Beauty And The Beast (1991)
The Movie Death: Beast is stabbed in the back and lies bleeding to death in Belle’s arms while struggling to breath (presumably thanks to a punctured lung).
How It Broke Us: It doesn’t matter that he was magically brought back to life moments later by Belle’s declaration of love – by this point we have already seen a Disney character that we have got to know and grown to love die a slow and agonising death just because life can be an utter bastard sometimes.
The Black Cauldron (1985)
The Movie Death: The Horned King – an undead, skeletal villain – is destroyed when his magic cauldron gets out of control and consumes him, sucking him in piece by piece – clothing, flesh and finally bone.
How It Broke Us: It’s pretty much the first and only cartoon character that we have ever seen skinned alive. But he was always ‘undead’ anyway, so it’s ok, right? Our therapist says that it’s ok.
The Mouse And His Child (1977)
The Movie Death: In this story about toys being enslaved and ruled as an army by the evil Manny The Rat, one toy breaks down and is treated to a sarcastic speech of sympathy by Manny before another rat is ordered to take him apart for spare parts.
How It Broke Us: It teaches us an important lesson about the cruel conditions of slavery, as well as the fact that rats are definitely, definitely vile little creatures.
When The Wind Blows (1986)
The Movie Death: Having taken shelter during a missile attack, James and Hilda try to continue their lives in the wake of mass destruction, only to succumb to starvation and radiation.

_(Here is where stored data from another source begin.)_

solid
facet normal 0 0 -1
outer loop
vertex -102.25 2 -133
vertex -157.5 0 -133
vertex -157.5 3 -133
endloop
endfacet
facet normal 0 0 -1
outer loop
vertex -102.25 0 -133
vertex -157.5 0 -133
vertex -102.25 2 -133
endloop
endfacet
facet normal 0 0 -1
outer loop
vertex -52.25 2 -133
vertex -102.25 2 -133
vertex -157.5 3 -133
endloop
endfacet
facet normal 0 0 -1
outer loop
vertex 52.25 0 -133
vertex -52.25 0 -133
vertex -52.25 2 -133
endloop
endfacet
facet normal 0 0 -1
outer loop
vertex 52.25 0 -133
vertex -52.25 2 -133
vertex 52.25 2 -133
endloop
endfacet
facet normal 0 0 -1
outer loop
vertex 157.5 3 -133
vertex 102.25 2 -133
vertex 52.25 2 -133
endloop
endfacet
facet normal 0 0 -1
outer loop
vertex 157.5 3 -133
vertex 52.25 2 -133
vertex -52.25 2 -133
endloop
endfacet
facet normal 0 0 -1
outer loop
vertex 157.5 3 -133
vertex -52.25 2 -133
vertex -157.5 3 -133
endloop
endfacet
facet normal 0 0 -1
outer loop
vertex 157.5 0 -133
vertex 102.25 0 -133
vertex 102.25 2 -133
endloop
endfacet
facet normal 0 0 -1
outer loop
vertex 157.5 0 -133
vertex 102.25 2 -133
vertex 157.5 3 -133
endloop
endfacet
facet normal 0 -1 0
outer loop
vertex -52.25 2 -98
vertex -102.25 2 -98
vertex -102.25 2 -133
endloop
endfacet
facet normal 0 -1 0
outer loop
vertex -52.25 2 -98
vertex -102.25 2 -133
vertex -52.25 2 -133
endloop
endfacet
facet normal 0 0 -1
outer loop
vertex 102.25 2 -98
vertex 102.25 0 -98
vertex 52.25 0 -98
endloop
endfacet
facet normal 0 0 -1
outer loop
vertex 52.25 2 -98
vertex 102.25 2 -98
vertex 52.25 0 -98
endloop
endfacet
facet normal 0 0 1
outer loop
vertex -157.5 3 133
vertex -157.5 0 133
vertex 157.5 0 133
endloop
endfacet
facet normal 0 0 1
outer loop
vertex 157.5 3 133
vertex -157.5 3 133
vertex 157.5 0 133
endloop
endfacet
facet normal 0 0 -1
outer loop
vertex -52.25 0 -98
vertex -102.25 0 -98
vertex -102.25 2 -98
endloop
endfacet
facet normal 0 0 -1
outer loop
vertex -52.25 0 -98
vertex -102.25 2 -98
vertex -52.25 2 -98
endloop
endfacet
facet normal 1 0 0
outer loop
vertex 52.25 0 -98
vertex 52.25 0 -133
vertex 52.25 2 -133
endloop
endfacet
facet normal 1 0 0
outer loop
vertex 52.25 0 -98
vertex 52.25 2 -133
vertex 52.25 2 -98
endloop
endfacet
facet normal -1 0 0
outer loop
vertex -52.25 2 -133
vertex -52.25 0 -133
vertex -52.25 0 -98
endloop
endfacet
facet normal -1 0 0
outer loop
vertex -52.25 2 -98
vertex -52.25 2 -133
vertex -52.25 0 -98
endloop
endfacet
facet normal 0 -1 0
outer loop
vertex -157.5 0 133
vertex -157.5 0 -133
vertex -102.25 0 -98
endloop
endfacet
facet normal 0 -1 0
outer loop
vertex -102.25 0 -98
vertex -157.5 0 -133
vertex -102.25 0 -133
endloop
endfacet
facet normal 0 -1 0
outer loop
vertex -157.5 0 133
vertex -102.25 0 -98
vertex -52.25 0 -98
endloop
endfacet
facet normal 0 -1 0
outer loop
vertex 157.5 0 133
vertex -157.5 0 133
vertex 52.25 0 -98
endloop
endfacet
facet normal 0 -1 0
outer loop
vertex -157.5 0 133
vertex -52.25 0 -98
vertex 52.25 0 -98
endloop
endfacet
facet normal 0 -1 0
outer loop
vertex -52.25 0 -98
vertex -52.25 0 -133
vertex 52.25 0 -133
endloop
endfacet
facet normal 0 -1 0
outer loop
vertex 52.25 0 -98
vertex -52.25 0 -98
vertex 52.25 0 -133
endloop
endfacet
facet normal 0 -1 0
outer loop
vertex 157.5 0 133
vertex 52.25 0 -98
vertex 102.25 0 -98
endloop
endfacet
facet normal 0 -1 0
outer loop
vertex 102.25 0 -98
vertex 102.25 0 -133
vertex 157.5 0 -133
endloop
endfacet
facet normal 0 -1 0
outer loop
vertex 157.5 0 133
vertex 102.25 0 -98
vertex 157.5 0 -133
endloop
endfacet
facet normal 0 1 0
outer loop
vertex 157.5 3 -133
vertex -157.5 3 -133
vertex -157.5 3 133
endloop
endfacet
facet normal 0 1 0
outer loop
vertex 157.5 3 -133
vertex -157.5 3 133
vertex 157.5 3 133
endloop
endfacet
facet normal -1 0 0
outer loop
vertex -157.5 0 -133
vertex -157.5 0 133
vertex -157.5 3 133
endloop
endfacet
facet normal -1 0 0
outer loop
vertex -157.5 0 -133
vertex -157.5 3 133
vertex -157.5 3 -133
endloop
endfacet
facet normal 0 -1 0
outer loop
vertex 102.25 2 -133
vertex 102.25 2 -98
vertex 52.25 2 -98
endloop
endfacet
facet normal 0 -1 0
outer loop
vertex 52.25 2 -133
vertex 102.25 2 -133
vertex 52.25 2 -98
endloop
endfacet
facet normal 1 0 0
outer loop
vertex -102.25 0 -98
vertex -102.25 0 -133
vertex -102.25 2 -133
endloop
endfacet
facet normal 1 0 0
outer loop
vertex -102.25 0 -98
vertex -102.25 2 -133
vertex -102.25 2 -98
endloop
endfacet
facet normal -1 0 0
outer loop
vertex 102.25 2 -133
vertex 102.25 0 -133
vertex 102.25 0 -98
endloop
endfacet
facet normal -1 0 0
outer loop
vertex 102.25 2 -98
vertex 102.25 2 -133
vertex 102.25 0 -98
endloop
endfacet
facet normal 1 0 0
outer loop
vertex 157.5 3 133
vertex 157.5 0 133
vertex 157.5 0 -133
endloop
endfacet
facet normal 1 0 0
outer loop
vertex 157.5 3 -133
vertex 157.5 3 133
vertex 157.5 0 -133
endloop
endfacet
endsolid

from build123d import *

# Parameters (mm, degrees)
SKETCH1_W           = 315
SKETCH1_H           = 266
BOSS_EXTRUDE1_DEPTH = 3
SKETCH2_W           = 50
SKETCH2_H           = 35
CUT_EXTRUDE1_DEPTH  = 2


with BuildPart() as part:
    # Sketch1 → Boss-Extrude1 (new body)
    with BuildSketch(Plane(origin=(0, 0, 0), x_dir=(1, 0, 0), z_dir=(0, 1, 0))):
        Rectangle(SKETCH1_W, SKETCH1_H)
    extrude(amount=BOSS_EXTRUDE1_DEPTH)

    # Sketch2 → Cut-Extrude1 (cut)
    with BuildSketch(Plane.XZ):
        with Locations((-77.25, -115.5)):
            Rectangle(SKETCH2_W, SKETCH2_H)
    cut_extrude1 = extrude(amount=-CUT_EXTRUDE1_DEPTH, mode=Mode.SUBTRACT)

    # Mirror1: Cut-Extrude1 across plane
    add(cut_extrude1.mirror(Plane(origin=(0, 0, 0), x_dir=(0, 0, 1), z_dir=(1, 0, 0))), mode=Mode.SUBTRACT)


solid = part.part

How It Broke Us: It seemed like such a sweet film, in the same style as The Snowman . Instead it told the increasingly tragic tale of two people dying. A classic case of “Don’t judge a film by its cover”.
Black Beauty (1994)
The Movie Death: Even though Black Beauty spends most of his life smitten with chestnut mare Ginger, the two are eventually separated and, when he sees her again, she is clearly being abused by her new owner. Then, a short time later, he sees her dead body on a wagon.
How It Broke Us: They were supposed to end up together and live happily ever after galloping in a field somewhere. Instead we are taught that not everyone gets a happy ending. Thanks for that.
Hocus Pocus (1993)
The Movie Death: Young girl Emily Binx is killed by the three ‘comedy’ witches of Hocus Pocus in 1693, when they drain her of her life force in order to regain their youthful appearance.

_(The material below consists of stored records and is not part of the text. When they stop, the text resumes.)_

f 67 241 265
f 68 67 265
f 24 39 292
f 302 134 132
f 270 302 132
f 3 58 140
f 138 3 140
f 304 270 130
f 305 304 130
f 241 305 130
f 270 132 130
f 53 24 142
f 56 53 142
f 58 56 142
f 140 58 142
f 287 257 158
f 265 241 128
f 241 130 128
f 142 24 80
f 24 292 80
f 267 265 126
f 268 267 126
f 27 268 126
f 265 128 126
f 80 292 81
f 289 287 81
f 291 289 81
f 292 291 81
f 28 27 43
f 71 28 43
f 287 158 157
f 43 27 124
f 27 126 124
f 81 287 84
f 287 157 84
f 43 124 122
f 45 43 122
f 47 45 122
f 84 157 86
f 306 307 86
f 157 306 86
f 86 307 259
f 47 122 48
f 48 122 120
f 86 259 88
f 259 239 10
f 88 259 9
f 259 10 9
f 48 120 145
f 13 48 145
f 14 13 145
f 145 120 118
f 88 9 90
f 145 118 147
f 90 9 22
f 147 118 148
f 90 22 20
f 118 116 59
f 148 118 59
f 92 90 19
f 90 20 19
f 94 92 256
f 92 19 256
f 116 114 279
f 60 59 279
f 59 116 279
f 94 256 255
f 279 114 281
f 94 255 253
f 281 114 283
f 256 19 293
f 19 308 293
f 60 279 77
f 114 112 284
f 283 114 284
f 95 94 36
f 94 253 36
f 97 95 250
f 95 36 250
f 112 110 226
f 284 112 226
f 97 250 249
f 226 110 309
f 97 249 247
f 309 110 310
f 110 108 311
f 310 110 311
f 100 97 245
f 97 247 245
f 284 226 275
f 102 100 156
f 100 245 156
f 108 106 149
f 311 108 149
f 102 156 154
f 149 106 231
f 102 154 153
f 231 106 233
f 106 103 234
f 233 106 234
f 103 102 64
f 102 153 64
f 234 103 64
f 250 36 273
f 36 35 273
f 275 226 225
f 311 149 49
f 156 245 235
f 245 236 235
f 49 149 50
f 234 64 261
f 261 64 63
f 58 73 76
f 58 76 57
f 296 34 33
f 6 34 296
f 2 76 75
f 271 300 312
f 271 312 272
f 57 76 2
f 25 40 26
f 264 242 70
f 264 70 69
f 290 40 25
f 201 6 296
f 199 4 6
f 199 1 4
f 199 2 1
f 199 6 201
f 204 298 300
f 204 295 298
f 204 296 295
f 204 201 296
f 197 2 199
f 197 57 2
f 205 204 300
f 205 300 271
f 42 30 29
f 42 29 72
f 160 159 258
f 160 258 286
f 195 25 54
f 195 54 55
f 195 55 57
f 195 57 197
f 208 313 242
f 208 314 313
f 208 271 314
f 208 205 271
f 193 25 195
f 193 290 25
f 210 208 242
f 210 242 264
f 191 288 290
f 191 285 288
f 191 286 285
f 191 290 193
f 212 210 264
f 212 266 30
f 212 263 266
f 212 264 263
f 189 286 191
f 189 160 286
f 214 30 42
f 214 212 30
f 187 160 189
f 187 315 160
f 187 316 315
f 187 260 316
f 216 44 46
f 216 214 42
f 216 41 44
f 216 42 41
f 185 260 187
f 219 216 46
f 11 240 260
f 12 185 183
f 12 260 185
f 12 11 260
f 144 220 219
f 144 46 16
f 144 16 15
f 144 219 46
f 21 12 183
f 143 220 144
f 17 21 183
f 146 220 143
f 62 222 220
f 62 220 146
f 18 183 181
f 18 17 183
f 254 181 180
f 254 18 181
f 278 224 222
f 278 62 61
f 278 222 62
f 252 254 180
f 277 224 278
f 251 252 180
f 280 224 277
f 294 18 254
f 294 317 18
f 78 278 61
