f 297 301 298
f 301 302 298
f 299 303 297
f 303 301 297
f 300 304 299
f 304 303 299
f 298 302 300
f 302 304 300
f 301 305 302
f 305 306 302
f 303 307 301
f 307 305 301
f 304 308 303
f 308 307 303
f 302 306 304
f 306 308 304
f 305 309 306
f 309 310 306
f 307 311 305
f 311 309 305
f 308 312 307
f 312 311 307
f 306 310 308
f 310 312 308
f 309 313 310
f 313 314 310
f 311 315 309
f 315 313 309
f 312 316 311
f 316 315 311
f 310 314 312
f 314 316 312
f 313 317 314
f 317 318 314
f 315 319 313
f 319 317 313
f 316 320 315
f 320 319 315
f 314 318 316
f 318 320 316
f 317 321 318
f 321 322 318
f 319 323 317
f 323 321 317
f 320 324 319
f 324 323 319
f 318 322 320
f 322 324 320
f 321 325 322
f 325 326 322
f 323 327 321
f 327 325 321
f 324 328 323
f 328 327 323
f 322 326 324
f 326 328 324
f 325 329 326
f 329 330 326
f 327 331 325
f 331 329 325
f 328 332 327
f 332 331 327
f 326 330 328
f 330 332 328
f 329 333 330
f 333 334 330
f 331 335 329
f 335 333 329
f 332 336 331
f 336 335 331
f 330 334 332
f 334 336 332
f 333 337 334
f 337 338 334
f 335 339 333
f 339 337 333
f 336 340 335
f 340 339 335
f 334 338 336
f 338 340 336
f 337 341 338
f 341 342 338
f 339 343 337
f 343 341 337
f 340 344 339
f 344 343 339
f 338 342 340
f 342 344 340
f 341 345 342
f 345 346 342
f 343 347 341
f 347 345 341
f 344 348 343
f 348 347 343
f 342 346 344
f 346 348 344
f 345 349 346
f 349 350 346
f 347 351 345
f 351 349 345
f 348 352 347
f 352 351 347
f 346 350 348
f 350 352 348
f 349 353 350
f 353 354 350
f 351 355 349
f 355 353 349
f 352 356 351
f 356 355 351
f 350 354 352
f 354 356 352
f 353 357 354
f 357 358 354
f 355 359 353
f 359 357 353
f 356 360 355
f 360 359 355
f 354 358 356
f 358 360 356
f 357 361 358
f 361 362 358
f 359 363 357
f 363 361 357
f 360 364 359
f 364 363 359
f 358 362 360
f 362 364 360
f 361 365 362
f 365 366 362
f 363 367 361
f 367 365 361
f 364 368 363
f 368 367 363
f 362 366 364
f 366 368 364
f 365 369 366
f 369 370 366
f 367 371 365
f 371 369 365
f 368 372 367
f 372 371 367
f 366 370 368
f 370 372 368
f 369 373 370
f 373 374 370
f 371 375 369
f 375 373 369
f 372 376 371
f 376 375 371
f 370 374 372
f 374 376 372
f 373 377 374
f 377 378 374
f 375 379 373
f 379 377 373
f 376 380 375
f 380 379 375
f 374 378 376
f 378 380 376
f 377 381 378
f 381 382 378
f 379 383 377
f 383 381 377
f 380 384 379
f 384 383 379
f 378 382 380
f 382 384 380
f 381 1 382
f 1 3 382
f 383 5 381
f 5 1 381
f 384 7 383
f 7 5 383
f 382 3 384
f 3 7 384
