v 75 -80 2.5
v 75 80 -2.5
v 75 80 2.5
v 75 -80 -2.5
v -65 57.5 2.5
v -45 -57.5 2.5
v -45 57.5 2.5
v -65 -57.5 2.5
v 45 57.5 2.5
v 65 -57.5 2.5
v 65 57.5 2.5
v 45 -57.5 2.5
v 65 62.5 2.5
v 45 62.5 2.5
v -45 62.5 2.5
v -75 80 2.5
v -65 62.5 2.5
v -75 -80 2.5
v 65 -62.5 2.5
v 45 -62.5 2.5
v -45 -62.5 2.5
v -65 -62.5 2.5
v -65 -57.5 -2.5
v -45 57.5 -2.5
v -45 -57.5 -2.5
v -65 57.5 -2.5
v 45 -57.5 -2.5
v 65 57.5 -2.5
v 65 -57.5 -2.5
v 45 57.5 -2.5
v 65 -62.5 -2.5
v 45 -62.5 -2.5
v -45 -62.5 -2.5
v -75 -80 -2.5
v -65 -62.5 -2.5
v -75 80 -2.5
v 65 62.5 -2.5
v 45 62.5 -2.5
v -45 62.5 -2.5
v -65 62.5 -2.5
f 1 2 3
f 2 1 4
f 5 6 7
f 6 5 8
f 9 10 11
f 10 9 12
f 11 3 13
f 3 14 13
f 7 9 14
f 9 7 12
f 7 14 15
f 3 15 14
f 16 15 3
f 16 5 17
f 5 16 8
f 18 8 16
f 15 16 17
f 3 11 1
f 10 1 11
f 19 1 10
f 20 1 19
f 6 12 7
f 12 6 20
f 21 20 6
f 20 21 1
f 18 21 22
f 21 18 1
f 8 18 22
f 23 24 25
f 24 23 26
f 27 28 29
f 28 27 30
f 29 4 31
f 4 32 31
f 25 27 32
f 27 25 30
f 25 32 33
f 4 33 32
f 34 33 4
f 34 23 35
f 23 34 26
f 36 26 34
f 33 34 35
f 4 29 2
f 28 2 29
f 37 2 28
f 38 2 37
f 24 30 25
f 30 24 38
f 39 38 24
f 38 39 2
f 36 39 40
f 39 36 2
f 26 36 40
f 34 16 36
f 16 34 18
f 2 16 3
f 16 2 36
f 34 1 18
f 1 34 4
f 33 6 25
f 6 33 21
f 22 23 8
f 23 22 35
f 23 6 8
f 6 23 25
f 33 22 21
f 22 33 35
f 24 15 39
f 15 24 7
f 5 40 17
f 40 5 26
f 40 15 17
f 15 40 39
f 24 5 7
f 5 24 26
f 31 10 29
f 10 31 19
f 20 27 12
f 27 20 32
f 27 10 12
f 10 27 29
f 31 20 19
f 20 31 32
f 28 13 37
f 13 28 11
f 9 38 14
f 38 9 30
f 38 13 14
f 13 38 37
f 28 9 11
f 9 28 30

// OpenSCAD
// ========================================
// a 150 x 160 x 5 mm plate with four 20 x 5 mm slots
// NeuroCAD canonical IR; dimensions are millimetres
// ========================================
$fn = 48;

difference() {
  cube(size=[150, 160, 5], center=true);
  translate([-55, -60, 0]) {
    cube(size=[20, 5, 7], center=true);
  }
  translate([-55, 60, 0]) {
    cube(size=[20, 5, 7], center=true);
  }
  translate([55, -60, 0]) {
    cube(size=[20, 5, 7], center=true);
  }
  translate([55, 60, 0]) {
    cube(size=[20, 5, 7], center=true);
  }
}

How It Broke Us: It was never really addressed for the rest of the film, or indeed the scene, but these not-so scary witches in a Disney film definitely KILLED an innocent little girl. This might explain why we’ve always been a little scared by Bette Midler.
The Last Unicorn (1982)
The Movie Death: Evil witch Mommy Fortuna succumbs to her own freakshow of magical creatures and is clawed to death by a harpy.
How It Broke Us: This was supposed to be a film about a sweet, amazing unicorn! The lesson to be learned here is: Film titles can be misleading.
Project X (1987)
The Movie Death: This sci-fi thriller about chimps being trained on flight simulators and reacting to nuclear situations hits a tragic point when one of the chimps, Goliath, gets stuck in a chamber and dies from radiation poisoning.

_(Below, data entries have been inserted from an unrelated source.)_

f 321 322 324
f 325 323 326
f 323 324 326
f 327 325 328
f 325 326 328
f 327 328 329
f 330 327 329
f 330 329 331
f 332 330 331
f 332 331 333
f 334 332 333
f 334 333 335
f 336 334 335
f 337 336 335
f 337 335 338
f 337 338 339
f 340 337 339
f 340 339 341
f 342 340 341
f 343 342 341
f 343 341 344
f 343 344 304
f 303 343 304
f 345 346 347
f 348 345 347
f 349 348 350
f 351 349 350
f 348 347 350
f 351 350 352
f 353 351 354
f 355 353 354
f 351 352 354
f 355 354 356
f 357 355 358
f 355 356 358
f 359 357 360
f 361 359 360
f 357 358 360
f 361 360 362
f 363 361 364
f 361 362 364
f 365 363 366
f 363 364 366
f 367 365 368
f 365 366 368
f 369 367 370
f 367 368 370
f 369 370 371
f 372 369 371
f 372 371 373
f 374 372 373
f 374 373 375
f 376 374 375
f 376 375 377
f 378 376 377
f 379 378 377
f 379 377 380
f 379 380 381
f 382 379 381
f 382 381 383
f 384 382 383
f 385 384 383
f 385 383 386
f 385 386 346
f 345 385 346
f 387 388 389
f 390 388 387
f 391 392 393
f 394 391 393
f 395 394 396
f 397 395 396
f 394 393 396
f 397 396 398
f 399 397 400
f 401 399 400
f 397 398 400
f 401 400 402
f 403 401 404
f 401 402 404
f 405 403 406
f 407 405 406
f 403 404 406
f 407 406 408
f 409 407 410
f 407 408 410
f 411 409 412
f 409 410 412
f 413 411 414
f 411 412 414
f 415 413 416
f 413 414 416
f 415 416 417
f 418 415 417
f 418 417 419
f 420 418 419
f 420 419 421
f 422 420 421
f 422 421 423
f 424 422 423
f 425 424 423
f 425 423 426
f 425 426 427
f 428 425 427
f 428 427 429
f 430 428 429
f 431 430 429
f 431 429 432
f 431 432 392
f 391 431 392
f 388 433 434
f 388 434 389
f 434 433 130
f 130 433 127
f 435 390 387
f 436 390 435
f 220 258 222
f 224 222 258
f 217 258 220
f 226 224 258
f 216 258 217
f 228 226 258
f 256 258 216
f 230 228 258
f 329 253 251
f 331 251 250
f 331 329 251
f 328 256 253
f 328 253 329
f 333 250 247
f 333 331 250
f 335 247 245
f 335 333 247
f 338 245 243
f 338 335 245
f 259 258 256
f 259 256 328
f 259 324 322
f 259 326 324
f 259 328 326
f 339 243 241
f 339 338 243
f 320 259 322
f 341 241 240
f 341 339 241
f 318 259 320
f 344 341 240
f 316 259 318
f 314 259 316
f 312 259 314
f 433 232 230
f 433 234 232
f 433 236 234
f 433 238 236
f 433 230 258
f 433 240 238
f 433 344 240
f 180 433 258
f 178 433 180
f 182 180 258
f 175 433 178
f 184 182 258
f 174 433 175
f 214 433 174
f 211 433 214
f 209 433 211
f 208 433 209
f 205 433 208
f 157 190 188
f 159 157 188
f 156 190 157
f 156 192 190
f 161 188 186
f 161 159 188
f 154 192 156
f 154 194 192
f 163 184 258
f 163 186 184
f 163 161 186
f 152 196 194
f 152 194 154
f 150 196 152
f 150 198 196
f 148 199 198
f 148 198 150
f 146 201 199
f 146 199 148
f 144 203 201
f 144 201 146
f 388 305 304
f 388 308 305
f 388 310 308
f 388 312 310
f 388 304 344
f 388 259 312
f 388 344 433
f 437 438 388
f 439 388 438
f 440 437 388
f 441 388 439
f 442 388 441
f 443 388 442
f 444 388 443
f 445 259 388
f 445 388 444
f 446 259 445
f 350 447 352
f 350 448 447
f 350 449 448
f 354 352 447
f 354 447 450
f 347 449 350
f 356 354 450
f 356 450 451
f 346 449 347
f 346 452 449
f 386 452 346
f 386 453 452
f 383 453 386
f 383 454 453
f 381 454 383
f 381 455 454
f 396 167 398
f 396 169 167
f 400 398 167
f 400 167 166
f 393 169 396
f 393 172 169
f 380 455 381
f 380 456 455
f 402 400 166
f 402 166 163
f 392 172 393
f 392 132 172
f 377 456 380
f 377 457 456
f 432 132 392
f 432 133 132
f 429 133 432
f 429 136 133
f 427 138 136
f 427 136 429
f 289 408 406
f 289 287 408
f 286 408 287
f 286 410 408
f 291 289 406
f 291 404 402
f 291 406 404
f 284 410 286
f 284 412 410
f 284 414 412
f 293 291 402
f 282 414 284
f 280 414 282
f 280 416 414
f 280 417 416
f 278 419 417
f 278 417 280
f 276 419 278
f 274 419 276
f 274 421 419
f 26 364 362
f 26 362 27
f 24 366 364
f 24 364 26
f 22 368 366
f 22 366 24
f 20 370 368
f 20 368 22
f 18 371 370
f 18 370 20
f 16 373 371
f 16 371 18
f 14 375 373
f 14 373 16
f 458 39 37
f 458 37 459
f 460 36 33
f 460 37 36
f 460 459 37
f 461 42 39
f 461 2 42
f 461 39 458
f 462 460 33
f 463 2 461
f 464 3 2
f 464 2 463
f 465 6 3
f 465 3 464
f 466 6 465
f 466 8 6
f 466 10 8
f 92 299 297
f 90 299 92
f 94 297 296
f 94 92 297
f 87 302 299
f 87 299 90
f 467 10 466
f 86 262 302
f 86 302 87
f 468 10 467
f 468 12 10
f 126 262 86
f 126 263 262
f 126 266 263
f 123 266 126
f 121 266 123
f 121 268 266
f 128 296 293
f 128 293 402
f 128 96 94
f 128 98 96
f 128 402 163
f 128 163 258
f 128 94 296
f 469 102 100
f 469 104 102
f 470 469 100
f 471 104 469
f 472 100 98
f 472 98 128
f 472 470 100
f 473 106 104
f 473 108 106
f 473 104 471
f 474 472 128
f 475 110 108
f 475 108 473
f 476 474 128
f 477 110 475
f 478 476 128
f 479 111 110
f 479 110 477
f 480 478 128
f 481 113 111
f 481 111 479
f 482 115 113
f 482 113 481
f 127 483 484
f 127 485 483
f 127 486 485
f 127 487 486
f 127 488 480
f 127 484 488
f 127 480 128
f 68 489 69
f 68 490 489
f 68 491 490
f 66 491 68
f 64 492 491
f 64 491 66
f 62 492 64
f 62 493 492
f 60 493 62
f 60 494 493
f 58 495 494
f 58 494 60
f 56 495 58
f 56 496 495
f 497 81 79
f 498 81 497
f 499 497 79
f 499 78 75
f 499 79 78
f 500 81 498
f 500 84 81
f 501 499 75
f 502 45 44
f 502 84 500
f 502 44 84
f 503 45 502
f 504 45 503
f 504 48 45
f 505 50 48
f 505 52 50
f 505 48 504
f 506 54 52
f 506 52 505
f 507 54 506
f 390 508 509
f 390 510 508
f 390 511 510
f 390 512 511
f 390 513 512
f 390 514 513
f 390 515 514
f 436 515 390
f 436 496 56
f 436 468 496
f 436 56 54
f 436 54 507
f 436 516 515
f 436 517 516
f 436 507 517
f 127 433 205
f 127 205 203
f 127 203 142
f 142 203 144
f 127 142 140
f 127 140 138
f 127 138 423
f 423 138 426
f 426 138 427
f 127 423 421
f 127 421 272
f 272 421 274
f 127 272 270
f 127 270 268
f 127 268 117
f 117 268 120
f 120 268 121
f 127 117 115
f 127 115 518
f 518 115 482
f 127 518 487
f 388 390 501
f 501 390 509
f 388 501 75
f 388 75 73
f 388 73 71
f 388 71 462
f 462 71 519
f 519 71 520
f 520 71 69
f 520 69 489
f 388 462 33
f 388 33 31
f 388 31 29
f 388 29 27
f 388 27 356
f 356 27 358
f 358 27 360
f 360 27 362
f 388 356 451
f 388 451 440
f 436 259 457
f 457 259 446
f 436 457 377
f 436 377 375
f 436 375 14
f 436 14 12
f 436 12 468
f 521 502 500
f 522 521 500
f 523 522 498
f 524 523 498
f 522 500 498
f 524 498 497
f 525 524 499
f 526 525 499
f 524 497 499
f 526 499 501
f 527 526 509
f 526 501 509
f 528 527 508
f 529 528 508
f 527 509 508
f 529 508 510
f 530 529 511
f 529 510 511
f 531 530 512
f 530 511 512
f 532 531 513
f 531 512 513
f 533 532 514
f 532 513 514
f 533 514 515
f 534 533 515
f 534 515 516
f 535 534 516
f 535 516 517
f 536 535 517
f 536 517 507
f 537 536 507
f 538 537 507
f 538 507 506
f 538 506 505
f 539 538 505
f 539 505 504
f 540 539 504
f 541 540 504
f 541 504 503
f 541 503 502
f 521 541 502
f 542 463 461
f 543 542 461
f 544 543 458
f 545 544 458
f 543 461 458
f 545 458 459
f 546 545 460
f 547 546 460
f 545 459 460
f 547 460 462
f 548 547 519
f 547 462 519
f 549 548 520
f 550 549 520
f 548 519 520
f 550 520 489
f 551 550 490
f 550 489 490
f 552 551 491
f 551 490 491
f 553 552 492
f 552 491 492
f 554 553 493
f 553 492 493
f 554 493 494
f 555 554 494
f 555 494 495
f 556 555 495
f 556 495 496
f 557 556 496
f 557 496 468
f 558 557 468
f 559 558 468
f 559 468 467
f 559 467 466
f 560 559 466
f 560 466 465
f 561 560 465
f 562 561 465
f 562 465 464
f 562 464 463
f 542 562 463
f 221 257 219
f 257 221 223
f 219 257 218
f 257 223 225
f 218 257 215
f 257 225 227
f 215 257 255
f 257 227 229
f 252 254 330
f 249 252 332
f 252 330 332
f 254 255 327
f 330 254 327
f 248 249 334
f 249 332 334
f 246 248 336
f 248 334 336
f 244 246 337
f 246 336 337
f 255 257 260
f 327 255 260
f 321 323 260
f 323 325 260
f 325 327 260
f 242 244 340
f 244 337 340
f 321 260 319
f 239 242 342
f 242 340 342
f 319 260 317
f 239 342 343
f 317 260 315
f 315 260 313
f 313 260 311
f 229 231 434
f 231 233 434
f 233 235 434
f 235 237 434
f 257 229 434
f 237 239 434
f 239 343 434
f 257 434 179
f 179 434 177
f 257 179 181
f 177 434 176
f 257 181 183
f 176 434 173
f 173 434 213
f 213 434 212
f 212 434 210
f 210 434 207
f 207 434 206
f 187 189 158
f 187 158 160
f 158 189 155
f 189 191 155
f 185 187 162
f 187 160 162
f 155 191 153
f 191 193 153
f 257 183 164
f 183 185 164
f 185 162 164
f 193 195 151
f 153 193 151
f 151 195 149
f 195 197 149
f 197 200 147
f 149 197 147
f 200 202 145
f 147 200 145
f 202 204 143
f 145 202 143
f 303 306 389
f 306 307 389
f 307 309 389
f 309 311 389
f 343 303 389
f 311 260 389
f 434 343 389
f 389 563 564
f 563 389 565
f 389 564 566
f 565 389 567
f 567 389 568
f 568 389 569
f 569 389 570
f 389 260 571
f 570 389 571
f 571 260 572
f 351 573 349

How It Broke Us: If we didn’t know it before, we definitely knew it after watching this film: ANIMAL TESTING IS BAD.
Turner And Hooch (1989)
The Movie Death: Having formed the best interspecies buddy cop partnership since K-9 (released three months before), Turner & Hooch’s oddball relationship comes to an early end when the heroic hooch takes a bullet for his partner.
How It Broke Us: The film made us love this brilliantly slobbery dog only to kill him off at the end. We’ve never been able to form meaningful friendships since.
Oliver And Company (1988)
The Movie Death: Roscoe and DeSoto, two Dobermans belonging to evil loan shark Sykes die when they are thrown from a car on to train tracks and electrocuted. Sykes then dies too by driving straight into an oncoming train.
How It Broke Us: The Dobermans may have been vicious but their deaths were so graphic . Plus, did we really need to now be afraid of trains too?